--- Available data Enclosed Below ---

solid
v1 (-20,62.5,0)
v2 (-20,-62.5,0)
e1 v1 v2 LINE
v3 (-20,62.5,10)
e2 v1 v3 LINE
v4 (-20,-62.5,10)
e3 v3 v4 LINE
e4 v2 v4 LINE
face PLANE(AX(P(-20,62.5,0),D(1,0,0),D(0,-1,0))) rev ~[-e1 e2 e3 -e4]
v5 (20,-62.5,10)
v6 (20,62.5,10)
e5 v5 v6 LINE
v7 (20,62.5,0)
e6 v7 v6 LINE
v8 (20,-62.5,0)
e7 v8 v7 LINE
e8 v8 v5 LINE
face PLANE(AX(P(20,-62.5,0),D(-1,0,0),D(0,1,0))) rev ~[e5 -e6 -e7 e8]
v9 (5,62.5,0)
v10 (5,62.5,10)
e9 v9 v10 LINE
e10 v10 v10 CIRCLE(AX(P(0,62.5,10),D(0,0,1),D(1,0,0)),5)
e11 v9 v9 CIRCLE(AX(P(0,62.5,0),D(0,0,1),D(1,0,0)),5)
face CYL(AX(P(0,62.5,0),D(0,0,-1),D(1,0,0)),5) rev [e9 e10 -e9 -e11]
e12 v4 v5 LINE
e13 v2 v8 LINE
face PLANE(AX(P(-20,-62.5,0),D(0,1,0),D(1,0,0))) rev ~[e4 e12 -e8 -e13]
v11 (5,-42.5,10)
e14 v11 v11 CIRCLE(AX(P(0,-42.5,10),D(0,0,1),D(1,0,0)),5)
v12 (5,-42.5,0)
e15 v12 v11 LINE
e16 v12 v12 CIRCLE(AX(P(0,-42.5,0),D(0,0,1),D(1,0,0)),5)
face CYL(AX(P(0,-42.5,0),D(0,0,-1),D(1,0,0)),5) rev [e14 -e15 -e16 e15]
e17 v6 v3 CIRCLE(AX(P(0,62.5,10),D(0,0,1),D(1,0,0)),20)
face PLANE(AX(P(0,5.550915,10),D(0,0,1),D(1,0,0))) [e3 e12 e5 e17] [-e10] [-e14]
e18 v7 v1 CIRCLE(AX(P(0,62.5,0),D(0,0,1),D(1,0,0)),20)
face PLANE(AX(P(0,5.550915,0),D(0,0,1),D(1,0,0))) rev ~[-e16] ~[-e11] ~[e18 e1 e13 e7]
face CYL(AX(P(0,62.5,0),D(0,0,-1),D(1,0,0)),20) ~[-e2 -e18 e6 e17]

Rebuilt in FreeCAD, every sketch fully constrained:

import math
import FreeCAD as App
import Part
import Sketcher

doc = App.newDocument("Part")
params = doc.addObject("Spreadsheet::Sheet", "Params")
for row, (alias, value) in enumerate([
    ("sketch1_diameter", "10 mm"),
    ("sketch1_radius", "20 mm"),
    ("sketch1_height", "125 mm"),
    ("pad1_length", "10 mm"),
], start=1):
    params.set(f"A{row}", alias)
    params.set(f"B{row}", "=" + value)
    params.setAlias(f"B{row}", alias)

body = doc.addObject("PartDesign::Body", "Body")

# Sketch on XY plane
sketch1 = doc.addObject("Sketcher::SketchObject", "Sketch")
body.addObject(sketch1)
sketch1.AttachmentSupport = (doc.XY_Plane, [""])
sketch1.MapMode = "FlatFace"
sketch1.addGeometry(Part.LineSegment(App.Vector(-20, -62, 0), App.Vector(20, -62, 0)), False)
sketch1.addGeometry(Part.LineSegment(App.Vector(20, -62, 0), App.Vector(20, 62, 0)), False)
sketch1.addGeometry(Part.ArcOfCircle(Part.Circle(App.Vector(0, 62, 0), App.Vector(0, 0, 1), 20), math.radians(0), math.radians(180)), False)
sketch1.addGeometry(Part.LineSegment(App.Vector(-20, 62, 0), App.Vector(-20, -62, 0)), False)
sketch1.addGeometry(Part.Circle(App.Vector(0, -42, 0), App.Vector(0, 0, 1), 5), False)
sketch1.addGeometry(Part.Circle(App.Vector(0, 62, 0), App.Vector(0, 0, 1), 5), False)
sketch1.addConstraint(Sketcher.Constraint("Coincident", 0, 2, 1, 1))
sketch1.addConstraint(Sketcher.Constraint("Tangent", 1, 2, 2, 1))
sketch1.addConstraint(Sketcher.Constraint("Tangent", 2, 2, 3, 1))
sketch1.addConstraint(Sketcher.Constraint("Coincident", 3, 2, 0, 1))
sketch1.addConstraint(Sketcher.Constraint("Horizontal", 0))
sketch1.addConstraint(Sketcher.Constraint("Vertical", 1))
sketch1.addConstraint(Sketcher.Constraint("Vertical", 3))
sketch1.addConstraint(Sketcher.Constraint("Coincident", 5, 3, 2, 3))
sketch1.addConstraint(Sketcher.Constraint("Equal", 4, 5))
sketch1.addConstraint(Sketcher.Constraint("Symmetric", 0, 2, 2, 2, -1, 1))
sketch1.addConstraint(Sketcher.Constraint("PointOnObject", 4, 3, -2))
sketch1.addConstraint(Sketcher.Constraint("Diameter", 4, 10.0))
sketch1.addConstraint(Sketcher.Constraint("Radius", 2, 20.0))
sketch1.addConstraint(Sketcher.Constraint("DistanceY", 1, 1, 1, 2, 125.0))
sketch1.addConstraint(Sketcher.Constraint("DistanceY", 4, 3, 2, 3, 105.0))
sketch1.setExpression("Constraints[11]", "Params.sketch1_diameter")
sketch1.setExpression("Constraints[12]", "Params.sketch1_radius")
sketch1.setExpression("Constraints[13]", "Params.sketch1_height")
pad1 = doc.addObject("PartDesign::Pad", "Pad")
body.addObject(pad1)
pad1.Profile = sketch1
pad1.setExpression("Length", "Params.pad1_length")

doc.recompute()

--- End of Enclosed Available data ---

Returned text must match every record word for word.

solid
v1 (-20,62.5,0)
v2 (-20,-62.5,0)
e1 v1 v2 LINE
v3 (-20,62.5,10)
e2 v1 v3 LINE
v4 (-20,-62.5,10)
e3 v3 v4 LINE
e4 v2 v4 LINE
face PLANE(AX(P(-20,62.5,0),D(1,0,0),D(0,-1,0))) rev ~[-e1 e2 e3 -e4]
v5 (20,-62.5,10)
v6 (20,62.5,10)
e5 v5 v6 LINE
v7 (20,62.5,0)
e6 v7 v6 LINE
v8 (20,-62.5,0)
e7 v8 v7 LINE
e8 v8 v5 LINE
face PLANE(AX(P(20,-62.5,0),D(-1,0,0),D(0,1,0))) rev ~[e5 -e6 -e7 e8]
v9 (5,62.5,0)
v10 (5,62.5,10)
e9 v9 v10 LINE
e10 v10 v10 CIRCLE(AX(P(0,62.5,10),D(0,0,1),D(1,0,0)),5)
e11 v9 v9 CIRCLE(AX(P(0,62.5,0),D(0,0,1),D(1,0,0)),5)
face CYL(AX(P(0,62.5,0),D(0,0,-1),D(1,0,0)),5) rev [e9 e10 -e9 -e11]
e12 v4 v5 LINE
e13 v2 v8 LINE
face PLANE(AX(P(-20,-62.5,0),D(0,1,0),D(1,0,0))) rev ~[e4 e12 -e8 -e13]
v11 (5,-42.5,10)
e14 v11 v11 CIRCLE(AX(P(0,-42.5,10),D(0,0,1),D(1,0,0)),5)
v12 (5,-42.5,0)
e15 v12 v11 LINE
e16 v12 v12 CIRCLE(AX(P(0,-42.5,0),D(0,0,1),D(1,0,0)),5)
face CYL(AX(P(0,-42.5,0),D(0,0,-1),D(1,0,0)),5) rev [e14 -e15 -e16 e15]
e17 v6 v3 CIRCLE(AX(P(0,62.5,10),D(0,0,1),D(1,0,0)),20)
face PLANE(AX(P(0,5.550915,10),D(0,0,1),D(1,0,0))) [e3 e12 e5 e17] [-e10] [-e14]
e18 v7 v1 CIRCLE(AX(P(0,62.5,0),D(0,0,1),D(1,0,0)),20)
face PLANE(AX(P(0,5.550915,0),D(0,0,1),D(1,0,0))) rev ~[-e16] ~[-e11] ~[e18 e1 e13 e7]
face CYL(AX(P(0,62.5,0),D(0,0,-1),D(1,0,0)),20) ~[-e2 -e18 e6 e17]

Rebuilt in FreeCAD, every sketch fully constrained:

import math
import FreeCAD as App
import Part
import Sketcher

doc = App.newDocument("Part")
params = doc.addObject("Spreadsheet::Sheet", "Params")
for row, (alias, value) in enumerate([
    ("sketch1_diameter", "10 mm"),
    ("sketch1_radius", "20 mm"),
    ("sketch1_height", "125 mm"),
    ("pad1_length", "10 mm"),
], start=1):
    params.set(f"A{row}", alias)
    params.set(f"B{row}", "=" + value)
    params.setAlias(f"B{row}", alias)

body = doc.addObject("PartDesign::Body", "Body")

# Sketch on XY plane
sketch1 = doc.addObject("Sketcher::SketchObject", "Sketch")
body.addObject(sketch1)
sketch1.AttachmentSupport = (doc.XY_Plane, [""])
sketch1.MapMode = "FlatFace"
sketch1.addGeometry(Part.LineSegment(App.Vector(-20, -62, 0), App.Vector(20, -62, 0)), False)
sketch1.addGeometry(Part.LineSegment(App.Vector(20, -62, 0), App.Vector(20, 62, 0)), False)
sketch1.addGeometry(Part.ArcOfCircle(Part.Circle(App.Vector(0, 62, 0), App.Vector(0, 0, 1), 20), math.radians(0), math.radians(180)), False)
sketch1.addGeometry(Part.LineSegment(App.Vector(-20, 62, 0), App.Vector(-20, -62, 0)), False)
sketch1.addGeometry(Part.Circle(App.Vector(0, -42, 0), App.Vector(0, 0, 1), 5), False)
sketch1.addGeometry(Part.Circle(App.Vector(0, 62, 0), App.Vector(0, 0, 1), 5), False)
sketch1.addConstraint(Sketcher.Constraint("Coincident", 0, 2, 1, 1))
sketch1.addConstraint(Sketcher.Constraint("Tangent", 1, 2, 2, 1))
sketch1.addConstraint(Sketcher.Constraint("Tangent", 2, 2, 3, 1))
sketch1.addConstraint(Sketcher.Constraint("Coincident", 3, 2, 0, 1))
sketch1.addConstraint(Sketcher.Constraint("Horizontal", 0))
sketch1.addConstraint(Sketcher.Constraint("Vertical", 1))
sketch1.addConstraint(Sketcher.Constraint("Vertical", 3))
sketch1.addConstraint(Sketcher.Constraint("Coincident", 5, 3, 2, 3))
sketch1.addConstraint(Sketcher.Constraint("Equal", 4, 5))
sketch1.addConstraint(Sketcher.Constraint("Symmetric", 0, 2, 2, 2, -1, 1))
sketch1.addConstraint(Sketcher.Constraint("PointOnObject", 4, 3, -2))
sketch1.addConstraint(Sketcher.Constraint("Diameter", 4, 10.0))
sketch1.addConstraint(Sketcher.Constraint("Radius", 2, 20.0))
sketch1.addConstraint(Sketcher.Constraint("DistanceY", 1, 1, 1, 2, 125.0))
sketch1.addConstraint(Sketcher.Constraint("DistanceY", 4, 3, 2, 3, 105.0))
sketch1.setExpression("Constraints[11]", "Params.sketch1_diameter")
sketch1.setExpression("Constraints[12]", "Params.sketch1_radius")
sketch1.setExpression("Constraints[13]", "Params.sketch1_height")
pad1 = doc.addObject("PartDesign::Pad", "Pad")
body.addObject(pad1)
pad1.Profile = sketch1
pad1.setExpression("Length", "Params.pad1_length")

doc.recompute()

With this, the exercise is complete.